§ Work request
If a line comes after the one containing "v 1.649 -3.424 5.1", leave it out; copy every line before it, and that line too, exactly as written, starting from the first line of the entries.

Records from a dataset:
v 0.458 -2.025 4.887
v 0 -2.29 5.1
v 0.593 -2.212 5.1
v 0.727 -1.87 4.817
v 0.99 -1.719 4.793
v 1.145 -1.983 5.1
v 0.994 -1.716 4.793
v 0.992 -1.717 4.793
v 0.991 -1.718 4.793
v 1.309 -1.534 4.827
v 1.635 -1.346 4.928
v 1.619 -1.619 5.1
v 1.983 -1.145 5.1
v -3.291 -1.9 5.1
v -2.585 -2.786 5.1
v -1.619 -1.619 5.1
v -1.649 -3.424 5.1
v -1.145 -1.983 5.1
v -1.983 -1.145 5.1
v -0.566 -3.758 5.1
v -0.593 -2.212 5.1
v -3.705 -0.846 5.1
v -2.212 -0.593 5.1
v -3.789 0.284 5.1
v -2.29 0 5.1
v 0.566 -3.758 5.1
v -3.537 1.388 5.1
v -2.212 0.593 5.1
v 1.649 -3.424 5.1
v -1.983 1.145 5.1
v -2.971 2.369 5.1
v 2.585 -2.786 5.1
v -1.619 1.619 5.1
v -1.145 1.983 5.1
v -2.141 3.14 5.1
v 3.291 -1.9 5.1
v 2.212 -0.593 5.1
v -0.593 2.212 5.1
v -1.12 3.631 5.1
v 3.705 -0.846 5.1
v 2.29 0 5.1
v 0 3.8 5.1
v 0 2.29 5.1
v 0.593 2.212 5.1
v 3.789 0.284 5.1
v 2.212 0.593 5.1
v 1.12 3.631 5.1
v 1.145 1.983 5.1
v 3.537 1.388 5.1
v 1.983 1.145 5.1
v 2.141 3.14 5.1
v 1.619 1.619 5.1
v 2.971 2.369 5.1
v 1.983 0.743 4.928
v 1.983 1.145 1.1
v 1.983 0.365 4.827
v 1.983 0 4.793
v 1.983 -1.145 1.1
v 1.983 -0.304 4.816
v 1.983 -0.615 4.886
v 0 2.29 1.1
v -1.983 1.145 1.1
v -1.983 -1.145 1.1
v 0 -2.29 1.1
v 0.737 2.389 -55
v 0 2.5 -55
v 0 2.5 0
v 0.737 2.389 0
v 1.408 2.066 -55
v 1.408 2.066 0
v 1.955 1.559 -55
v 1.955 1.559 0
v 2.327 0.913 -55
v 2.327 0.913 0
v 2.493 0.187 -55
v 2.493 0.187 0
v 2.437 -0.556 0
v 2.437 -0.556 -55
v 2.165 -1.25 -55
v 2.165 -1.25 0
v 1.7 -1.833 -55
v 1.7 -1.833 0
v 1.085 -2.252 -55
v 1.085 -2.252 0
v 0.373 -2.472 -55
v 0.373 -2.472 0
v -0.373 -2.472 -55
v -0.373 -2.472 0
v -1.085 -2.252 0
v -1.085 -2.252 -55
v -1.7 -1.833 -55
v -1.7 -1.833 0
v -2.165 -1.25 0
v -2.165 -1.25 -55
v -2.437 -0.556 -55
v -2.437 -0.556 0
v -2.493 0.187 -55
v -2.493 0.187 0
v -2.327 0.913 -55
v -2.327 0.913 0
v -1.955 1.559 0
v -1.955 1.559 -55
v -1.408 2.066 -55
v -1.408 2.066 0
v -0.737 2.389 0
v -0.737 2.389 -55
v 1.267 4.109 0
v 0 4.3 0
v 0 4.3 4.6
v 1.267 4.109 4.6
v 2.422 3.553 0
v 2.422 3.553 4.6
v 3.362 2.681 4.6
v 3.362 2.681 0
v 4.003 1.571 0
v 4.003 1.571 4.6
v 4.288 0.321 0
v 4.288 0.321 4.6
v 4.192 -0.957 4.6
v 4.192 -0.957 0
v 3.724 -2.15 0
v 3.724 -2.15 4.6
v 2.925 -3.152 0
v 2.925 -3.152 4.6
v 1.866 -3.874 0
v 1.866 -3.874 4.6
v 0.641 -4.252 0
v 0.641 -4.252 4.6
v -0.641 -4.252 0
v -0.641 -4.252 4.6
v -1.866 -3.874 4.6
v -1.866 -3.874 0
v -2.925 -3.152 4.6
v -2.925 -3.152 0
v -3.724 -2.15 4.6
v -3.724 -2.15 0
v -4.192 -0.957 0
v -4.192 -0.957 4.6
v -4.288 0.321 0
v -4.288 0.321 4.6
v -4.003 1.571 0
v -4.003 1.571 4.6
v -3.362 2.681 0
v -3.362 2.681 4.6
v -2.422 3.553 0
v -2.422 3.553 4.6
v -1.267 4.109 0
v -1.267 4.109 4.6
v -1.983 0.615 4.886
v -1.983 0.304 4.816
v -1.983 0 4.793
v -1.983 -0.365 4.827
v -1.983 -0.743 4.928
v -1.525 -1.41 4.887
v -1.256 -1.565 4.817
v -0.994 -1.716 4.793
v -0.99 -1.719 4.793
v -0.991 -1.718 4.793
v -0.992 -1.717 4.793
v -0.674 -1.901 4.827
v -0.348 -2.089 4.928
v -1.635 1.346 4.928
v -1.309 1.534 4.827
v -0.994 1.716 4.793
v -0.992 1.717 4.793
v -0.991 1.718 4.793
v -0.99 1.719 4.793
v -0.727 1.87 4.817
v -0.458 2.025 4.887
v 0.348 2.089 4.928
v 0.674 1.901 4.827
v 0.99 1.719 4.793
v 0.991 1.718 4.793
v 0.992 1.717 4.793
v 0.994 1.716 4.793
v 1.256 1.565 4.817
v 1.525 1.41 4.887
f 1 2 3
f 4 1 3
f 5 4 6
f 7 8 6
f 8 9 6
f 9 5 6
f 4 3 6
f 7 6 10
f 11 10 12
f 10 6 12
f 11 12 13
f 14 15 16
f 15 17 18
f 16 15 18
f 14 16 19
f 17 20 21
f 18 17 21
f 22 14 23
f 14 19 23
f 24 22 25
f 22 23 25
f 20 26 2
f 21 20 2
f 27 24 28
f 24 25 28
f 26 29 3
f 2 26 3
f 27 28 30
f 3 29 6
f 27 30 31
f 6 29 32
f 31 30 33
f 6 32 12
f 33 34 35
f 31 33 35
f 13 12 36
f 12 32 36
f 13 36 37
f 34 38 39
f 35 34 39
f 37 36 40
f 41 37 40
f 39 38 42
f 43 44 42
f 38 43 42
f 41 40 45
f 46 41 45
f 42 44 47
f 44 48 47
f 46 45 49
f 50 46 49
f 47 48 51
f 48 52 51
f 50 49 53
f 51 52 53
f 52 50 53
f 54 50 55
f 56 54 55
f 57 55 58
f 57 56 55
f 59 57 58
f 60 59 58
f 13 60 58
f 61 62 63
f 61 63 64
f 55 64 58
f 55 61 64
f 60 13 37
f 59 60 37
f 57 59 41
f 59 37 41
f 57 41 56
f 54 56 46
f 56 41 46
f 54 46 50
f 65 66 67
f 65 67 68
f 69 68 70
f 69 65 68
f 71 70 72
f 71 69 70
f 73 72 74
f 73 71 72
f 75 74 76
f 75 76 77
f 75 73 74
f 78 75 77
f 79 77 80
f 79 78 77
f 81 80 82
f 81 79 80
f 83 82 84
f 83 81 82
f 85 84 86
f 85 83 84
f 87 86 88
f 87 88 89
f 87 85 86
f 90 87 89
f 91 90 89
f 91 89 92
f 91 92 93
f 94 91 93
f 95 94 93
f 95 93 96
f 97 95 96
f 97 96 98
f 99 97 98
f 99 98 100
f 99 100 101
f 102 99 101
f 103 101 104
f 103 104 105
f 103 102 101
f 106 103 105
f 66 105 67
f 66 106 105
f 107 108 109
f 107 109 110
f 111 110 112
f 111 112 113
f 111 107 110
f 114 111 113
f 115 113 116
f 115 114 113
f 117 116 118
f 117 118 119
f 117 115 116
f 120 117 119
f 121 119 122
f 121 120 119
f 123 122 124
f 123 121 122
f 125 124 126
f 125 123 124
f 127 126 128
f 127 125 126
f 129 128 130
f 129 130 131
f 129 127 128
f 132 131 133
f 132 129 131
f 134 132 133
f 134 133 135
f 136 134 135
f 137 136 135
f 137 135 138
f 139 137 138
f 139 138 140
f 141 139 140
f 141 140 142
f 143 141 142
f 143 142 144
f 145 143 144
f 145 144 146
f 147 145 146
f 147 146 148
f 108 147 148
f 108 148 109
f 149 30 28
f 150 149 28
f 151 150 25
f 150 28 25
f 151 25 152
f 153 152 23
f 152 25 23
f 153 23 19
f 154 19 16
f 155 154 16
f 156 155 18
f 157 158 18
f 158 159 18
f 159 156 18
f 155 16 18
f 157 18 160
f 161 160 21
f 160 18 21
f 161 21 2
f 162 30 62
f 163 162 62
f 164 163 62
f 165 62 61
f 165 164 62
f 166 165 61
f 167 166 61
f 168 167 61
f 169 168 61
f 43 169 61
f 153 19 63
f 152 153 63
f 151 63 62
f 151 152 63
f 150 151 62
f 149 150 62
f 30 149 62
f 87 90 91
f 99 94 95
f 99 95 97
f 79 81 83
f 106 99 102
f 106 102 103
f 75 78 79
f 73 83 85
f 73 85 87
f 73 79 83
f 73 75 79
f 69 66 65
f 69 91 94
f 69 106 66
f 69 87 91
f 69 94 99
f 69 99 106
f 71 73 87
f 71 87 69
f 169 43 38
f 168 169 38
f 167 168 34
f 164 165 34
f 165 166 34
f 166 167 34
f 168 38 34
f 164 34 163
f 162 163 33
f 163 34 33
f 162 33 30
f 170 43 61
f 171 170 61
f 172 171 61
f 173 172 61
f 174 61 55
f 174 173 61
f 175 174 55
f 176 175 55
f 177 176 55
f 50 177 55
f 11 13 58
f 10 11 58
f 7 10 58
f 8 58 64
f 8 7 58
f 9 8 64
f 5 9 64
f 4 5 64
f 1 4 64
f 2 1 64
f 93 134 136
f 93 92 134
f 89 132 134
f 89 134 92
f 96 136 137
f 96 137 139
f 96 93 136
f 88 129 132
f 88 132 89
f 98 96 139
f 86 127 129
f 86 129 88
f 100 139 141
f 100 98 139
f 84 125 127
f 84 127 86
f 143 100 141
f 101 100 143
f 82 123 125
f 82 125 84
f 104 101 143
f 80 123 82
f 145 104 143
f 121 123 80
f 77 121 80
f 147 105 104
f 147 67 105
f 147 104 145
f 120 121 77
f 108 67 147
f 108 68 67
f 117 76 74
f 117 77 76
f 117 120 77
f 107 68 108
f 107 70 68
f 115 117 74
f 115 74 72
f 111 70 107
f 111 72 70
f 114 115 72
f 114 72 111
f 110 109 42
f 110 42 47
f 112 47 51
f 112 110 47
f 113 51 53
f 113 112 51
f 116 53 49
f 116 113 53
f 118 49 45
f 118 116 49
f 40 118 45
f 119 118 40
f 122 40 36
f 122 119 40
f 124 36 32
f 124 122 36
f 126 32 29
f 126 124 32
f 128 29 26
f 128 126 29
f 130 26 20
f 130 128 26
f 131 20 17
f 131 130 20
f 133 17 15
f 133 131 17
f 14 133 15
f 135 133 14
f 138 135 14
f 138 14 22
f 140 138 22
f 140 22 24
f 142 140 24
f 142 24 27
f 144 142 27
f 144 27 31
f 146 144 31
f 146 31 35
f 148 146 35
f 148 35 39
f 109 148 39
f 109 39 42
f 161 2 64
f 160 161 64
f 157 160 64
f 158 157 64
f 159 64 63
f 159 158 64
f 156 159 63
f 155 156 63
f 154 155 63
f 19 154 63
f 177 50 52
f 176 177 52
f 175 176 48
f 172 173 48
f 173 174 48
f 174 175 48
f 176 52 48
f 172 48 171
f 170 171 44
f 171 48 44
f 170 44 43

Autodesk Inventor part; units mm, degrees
ref_plane "YZ Plane" through (0, 0, 0) normal (1, 0, 0) x (0, 1, 0)
ref_plane "XZ Plane" through (0, 0, 0) normal (0, 1, 0) x (-1, 0, 0)
ref_plane "XY Plane" through (0, 0, 0) normal (0, 0, 1) x (1, 0, 0)
sketch "スケッチ1" plane through (0, 0, 0) normal (1, 0, 0) x (0, 1, 0)
  line L0 (4.3, 5.1) -> (4.3, 0)
  line L1 (4.3, 0) -> (2.5, 0)
  line L2 (2.5, 0) -> (2.5, -55)
  line L3 (0, -55) -> (2.5, -55)
  line L4 (4.3, 5.1) -> (0, 5.1)
  line L5 (0, 5.1) -> (0, -55)
  point P0 (0, 0)
  dimension "d2" = 0
  dimension "d3" = 55
  dimension "d4" = 4.3
  dimension "d5" = 5.1
  dimension "d6" = 0
  dimension "d7" = 2.5
revolve "回転1" add sketch "スケッチ1" angle 360 about axis through (0, 0, 5.1) along (0, 0, -1)
chamfer "面取り1" distance 0.5 angle 45 1 edges at (0, -4.3, 5.1)
sketch "スケッチ2" plane through (0, 0, 5.1) normal (0, 0, 1) x (1, 0, 0)
  circle A0 centre (0, 0) radius 2.29
  line L0 (0, 0) -> (-2.9175, 1.6844)
  line L1 (0, 0) -> (-1.7508, 0)
  point P0 (0, 0)
  point P1 (-1.9832, 1.145)
  point P2 (-1.9832, -1.145)
  point P3 (0, -2.29)
  point P4 (1.9832, -1.145)
  point P5 (1.9832, 1.145)
  point P6 (0, 2.29)
  dimension "d12" = 4.58
  dimension "d14" = 30
  dimension "d21" = 360
sketch "スケッチ3" plane through (0, 0, 5.1) normal (0, 0, 1) x (1, 0, 0)
  line L0 (-1.9832, 1.145) -> (0, 2.29)
  line L1 (0, 2.29) -> (1.9832, 1.145)
  line L2 (1.9832, 1.145) -> (1.9832, -1.145)
  line L3 (1.9832, -1.145) -> (0, -2.29)
  line L4 (0, -2.29) -> (-1.9832, -1.145)
  line L5 (-1.9832, -1.145) -> (-1.9832, 1.145)
  point P0 (0, 0)
  point P1 (-2.5, -1.3891)
extrude "押し出し1" cut sketch "スケッチ3" against normal blind 4
thread "ねじ1" size "M6x1" class "6g" standard "ANSI Metric M Profile" length 30
sketch "スケッチ4" plane through (0, 0, 0) normal (0, 1, 0) x (-1, 0, 0)
  line L0 (-3.8, 5.1) -> (3.8, 5.1) projected
  line L1 (0, 5.1) -> (0, 1.1) projected
  line L2 (2.29, 5.1) -> (1.9832, 4.7932)
  line L3 (1.9832, 5.1) -> (1.9832, 1.1) projected
  line L4 (1.9832, 5.1) -> (2.29, 5.1)
  point P0 (0, 0)
  dimension "d27" = 2.29
  dimension "d28" = 45
revolve "回転2" cut sketch "スケッチ4" angle 360 about axis through (0, 0, 5.1) along (0, 0, -1)
properties part number "CB5-55" material "鋼、炭素鋼"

§ Solution to this exercise
v 0.458 -2.025 4.887
v 0 -2.29 5.1
v 0.593 -2.212 5.1
v 0.727 -1.87 4.817
v 0.99 -1.719 4.793
v 1.145 -1.983 5.1
v 0.994 -1.716 4.793
v 0.992 -1.717 4.793
v 0.991 -1.718 4.793
v 1.309 -1.534 4.827
v 1.635 -1.346 4.928
v 1.619 -1.619 5.1
v 1.983 -1.145 5.1
v -3.291 -1.9 5.1
v -2.585 -2.786 5.1
v -1.619 -1.619 5.1
v -1.649 -3.424 5.1
v -1.145 -1.983 5.1
v -1.983 -1.145 5.1
v -0.566 -3.758 5.1
v -0.593 -2.212 5.1
v -3.705 -0.846 5.1
v -2.212 -0.593 5.1
v -3.789 0.284 5.1
v -2.29 0 5.1
v 0.566 -3.758 5.1
v -3.537 1.388 5.1
v -2.212 0.593 5.1
v 1.649 -3.424 5.1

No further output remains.